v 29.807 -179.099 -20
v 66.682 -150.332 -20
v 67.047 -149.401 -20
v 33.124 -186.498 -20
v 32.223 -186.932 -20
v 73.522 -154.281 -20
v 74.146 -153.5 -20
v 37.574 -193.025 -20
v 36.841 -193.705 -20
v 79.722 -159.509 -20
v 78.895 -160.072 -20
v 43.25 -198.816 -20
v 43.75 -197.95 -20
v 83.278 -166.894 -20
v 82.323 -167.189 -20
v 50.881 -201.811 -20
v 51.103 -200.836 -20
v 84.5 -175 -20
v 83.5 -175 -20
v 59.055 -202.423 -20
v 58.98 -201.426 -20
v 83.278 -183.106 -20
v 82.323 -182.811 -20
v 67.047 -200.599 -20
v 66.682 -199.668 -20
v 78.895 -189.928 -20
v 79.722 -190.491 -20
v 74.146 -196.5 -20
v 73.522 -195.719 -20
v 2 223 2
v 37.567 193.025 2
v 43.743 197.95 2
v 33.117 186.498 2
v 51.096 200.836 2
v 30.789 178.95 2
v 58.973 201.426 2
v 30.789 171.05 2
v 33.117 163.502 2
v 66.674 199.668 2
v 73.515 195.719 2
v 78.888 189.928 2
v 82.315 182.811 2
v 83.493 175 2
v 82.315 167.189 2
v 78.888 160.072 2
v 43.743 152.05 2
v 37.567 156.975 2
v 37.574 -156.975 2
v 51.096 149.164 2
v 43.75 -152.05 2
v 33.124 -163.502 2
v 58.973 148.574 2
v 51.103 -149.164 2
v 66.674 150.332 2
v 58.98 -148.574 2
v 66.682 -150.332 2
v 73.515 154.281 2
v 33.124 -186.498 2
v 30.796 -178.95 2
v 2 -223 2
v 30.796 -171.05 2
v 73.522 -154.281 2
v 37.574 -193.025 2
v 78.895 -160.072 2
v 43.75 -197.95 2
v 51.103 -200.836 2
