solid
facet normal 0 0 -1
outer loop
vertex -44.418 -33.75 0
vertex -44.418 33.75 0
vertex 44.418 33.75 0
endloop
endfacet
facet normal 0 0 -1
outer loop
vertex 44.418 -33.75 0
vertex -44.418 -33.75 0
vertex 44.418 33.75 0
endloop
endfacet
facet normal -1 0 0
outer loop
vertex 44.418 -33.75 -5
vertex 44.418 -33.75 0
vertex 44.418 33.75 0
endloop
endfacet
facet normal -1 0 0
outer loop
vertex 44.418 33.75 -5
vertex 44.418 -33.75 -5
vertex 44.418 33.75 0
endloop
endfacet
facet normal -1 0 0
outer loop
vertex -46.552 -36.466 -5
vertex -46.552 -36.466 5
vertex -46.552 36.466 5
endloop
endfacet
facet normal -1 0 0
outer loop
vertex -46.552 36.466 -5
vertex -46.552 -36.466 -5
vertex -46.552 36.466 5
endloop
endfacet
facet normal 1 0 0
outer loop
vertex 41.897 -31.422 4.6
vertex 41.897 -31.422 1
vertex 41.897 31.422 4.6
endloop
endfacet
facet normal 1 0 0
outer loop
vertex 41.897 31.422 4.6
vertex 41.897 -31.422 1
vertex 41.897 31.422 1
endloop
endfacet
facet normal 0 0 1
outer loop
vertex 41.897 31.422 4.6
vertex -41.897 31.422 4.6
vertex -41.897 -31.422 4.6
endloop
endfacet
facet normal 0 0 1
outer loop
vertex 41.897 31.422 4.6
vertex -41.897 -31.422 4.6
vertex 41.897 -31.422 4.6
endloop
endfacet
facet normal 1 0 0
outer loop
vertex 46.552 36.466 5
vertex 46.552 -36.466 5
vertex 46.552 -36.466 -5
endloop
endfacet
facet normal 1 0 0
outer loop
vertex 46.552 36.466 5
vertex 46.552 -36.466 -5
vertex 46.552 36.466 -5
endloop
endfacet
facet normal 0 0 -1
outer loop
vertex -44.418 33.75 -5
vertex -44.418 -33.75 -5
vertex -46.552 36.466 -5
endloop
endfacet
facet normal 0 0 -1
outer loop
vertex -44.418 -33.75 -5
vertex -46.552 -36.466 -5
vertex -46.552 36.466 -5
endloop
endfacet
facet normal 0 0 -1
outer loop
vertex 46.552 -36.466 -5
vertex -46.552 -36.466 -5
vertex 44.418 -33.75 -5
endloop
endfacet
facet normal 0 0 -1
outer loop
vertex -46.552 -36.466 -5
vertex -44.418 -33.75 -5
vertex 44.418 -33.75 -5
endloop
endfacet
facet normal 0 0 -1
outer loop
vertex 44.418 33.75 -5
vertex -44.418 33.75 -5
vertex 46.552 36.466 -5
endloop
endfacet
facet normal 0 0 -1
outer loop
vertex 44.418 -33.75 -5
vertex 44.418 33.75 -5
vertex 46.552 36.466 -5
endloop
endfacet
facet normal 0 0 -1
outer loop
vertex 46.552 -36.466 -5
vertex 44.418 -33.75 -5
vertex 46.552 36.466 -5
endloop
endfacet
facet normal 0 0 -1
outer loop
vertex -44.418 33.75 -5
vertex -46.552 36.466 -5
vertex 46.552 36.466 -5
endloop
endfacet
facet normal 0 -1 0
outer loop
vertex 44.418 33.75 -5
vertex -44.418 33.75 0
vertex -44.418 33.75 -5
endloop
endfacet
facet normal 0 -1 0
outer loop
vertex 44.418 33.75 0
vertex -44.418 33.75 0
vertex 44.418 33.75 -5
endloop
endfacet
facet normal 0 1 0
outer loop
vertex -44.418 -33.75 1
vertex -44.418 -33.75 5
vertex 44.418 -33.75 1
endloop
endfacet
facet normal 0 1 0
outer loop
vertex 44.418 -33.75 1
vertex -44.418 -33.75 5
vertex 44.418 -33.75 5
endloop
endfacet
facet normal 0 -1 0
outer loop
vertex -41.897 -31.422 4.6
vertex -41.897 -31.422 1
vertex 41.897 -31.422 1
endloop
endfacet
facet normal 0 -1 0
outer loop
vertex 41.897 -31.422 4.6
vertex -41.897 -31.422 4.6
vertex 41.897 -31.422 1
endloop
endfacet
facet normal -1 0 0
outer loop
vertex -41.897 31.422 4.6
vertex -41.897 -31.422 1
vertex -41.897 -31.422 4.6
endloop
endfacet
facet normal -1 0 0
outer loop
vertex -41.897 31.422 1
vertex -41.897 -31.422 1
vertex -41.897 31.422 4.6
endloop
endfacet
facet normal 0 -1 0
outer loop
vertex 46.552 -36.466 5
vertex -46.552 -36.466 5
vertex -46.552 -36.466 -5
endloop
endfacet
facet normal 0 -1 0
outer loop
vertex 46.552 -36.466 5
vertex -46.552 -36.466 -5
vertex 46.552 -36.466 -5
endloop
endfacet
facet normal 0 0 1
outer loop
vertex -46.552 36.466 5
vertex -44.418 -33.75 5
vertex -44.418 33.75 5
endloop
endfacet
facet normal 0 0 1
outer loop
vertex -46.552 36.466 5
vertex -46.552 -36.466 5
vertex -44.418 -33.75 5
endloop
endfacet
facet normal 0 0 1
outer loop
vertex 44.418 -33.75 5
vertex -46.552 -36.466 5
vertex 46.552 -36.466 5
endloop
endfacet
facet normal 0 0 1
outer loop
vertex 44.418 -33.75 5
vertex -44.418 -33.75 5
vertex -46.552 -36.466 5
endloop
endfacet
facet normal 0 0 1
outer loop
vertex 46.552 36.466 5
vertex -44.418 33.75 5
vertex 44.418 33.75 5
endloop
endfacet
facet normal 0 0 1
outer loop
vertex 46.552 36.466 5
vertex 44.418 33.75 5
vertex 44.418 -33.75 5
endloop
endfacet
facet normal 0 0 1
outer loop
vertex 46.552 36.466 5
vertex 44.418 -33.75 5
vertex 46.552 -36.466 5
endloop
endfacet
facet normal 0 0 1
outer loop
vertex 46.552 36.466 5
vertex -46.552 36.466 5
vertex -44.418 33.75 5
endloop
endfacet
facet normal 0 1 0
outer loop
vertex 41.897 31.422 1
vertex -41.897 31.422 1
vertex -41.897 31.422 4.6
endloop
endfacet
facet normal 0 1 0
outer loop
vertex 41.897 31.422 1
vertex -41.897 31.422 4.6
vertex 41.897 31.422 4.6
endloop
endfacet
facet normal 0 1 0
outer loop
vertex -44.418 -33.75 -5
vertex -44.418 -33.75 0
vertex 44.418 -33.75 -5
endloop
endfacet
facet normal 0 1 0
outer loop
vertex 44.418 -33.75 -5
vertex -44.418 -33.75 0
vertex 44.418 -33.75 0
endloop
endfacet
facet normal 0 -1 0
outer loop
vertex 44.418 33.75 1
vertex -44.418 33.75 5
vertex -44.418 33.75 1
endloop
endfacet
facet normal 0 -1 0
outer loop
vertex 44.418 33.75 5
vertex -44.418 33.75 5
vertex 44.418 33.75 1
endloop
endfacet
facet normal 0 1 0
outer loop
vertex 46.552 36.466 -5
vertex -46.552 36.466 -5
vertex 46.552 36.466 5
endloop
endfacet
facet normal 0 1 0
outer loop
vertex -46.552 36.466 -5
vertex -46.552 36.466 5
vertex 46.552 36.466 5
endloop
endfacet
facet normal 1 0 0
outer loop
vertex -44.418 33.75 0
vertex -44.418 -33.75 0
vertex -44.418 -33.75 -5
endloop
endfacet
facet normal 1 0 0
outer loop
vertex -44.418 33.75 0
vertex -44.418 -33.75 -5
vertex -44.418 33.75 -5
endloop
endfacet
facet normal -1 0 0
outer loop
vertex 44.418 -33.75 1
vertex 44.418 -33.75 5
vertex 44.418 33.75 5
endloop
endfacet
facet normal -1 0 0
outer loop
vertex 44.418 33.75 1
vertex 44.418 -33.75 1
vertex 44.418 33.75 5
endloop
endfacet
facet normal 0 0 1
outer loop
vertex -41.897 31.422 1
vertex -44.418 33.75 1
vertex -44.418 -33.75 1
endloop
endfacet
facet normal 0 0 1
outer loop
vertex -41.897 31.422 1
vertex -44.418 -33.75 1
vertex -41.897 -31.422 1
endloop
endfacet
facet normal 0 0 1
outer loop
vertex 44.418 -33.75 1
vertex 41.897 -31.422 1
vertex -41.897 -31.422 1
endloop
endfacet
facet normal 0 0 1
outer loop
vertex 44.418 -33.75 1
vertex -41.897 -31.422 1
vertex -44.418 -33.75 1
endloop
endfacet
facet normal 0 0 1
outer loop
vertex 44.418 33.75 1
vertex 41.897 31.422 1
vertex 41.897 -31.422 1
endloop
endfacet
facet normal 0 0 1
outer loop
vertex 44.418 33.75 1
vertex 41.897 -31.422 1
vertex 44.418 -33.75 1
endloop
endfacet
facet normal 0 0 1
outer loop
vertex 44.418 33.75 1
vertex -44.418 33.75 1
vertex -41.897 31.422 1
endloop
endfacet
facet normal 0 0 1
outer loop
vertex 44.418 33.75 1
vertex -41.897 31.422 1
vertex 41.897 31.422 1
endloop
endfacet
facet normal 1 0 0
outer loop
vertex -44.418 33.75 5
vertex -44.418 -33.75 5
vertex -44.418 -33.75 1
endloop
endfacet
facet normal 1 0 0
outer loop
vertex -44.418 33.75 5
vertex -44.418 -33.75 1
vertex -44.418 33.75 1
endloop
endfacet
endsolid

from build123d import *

# Parameters (mm, degrees)
F0_W     = 93.103454
F0_H     = 72.931036
F0_W_2   = 88.836216
F0_H_2   = 67.500002
F1_DEPTH = 5
F0_W_3   = 83.793112
F0_H_3   = 62.844828
F2_DEPTH = 1
F3_DEPTH = 4.6


with BuildPart() as f1:
    # F0 (on Top) → F1 (new body, symmetric)
    with BuildSketch(Plane.XY):
        Rectangle(F0_W, F0_H)
        Rectangle(F0_W_2, F0_H_2, mode=Mode.SUBTRACT)
    extrude(amount=F1_DEPTH, both=True)

    # F0 (on Top) → F2 (join)
    with BuildSketch(Plane.XY):
        Rectangle(F0_W_2, F0_H_2)
        Rectangle(F0_W_3, F0_H_3, mode=Mode.SUBTRACT)
    extrude(amount=F2_DEPTH)

    # F0 (on Top) → F3 (join)
    with BuildSketch(Plane.XY):
        Rectangle(F0_W_3, F0_H_3)
    extrude(amount=F3_DEPTH)


solid = f1.part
···
ASSIGNED TASK
Repeat the entries above verbatim, but only from the line that has "v 43.75 -197.95 -20" down to the line that has "v 37.574 -156.975 2", inclusive.

TASK RESULT
v 43.75 -197.95 -20
v 83.278 -166.894 -20
v 82.323 -167.189 -20
v 50.881 -201.811 -20
v 51.103 -200.836 -20
v 84.5 -175 -20
v 83.5 -175 -20
v 59.055 -202.423 -20
v 58.98 -201.426 -20
v 83.278 -183.106 -20
v 82.323 -182.811 -20
v 67.047 -200.599 -20
v 66.682 -199.668 -20
v 78.895 -189.928 -20
v 79.722 -190.491 -20
v 74.146 -196.5 -20
v 73.522 -195.719 -20
v 2 223 2
v 37.567 193.025 2
v 43.743 197.95 2
v 33.117 186.498 2
v 51.096 200.836 2
v 30.789 178.95 2
v 58.973 201.426 2
v 30.789 171.05 2
v 33.117 163.502 2
v 66.674 199.668 2
v 73.515 195.719 2
v 78.888 189.928 2
v 82.315 182.811 2
v 83.493 175 2
v 82.315 167.189 2
v 78.888 160.072 2
v 43.743 152.05 2
v 37.567 156.975 2
v 37.574 -156.975 2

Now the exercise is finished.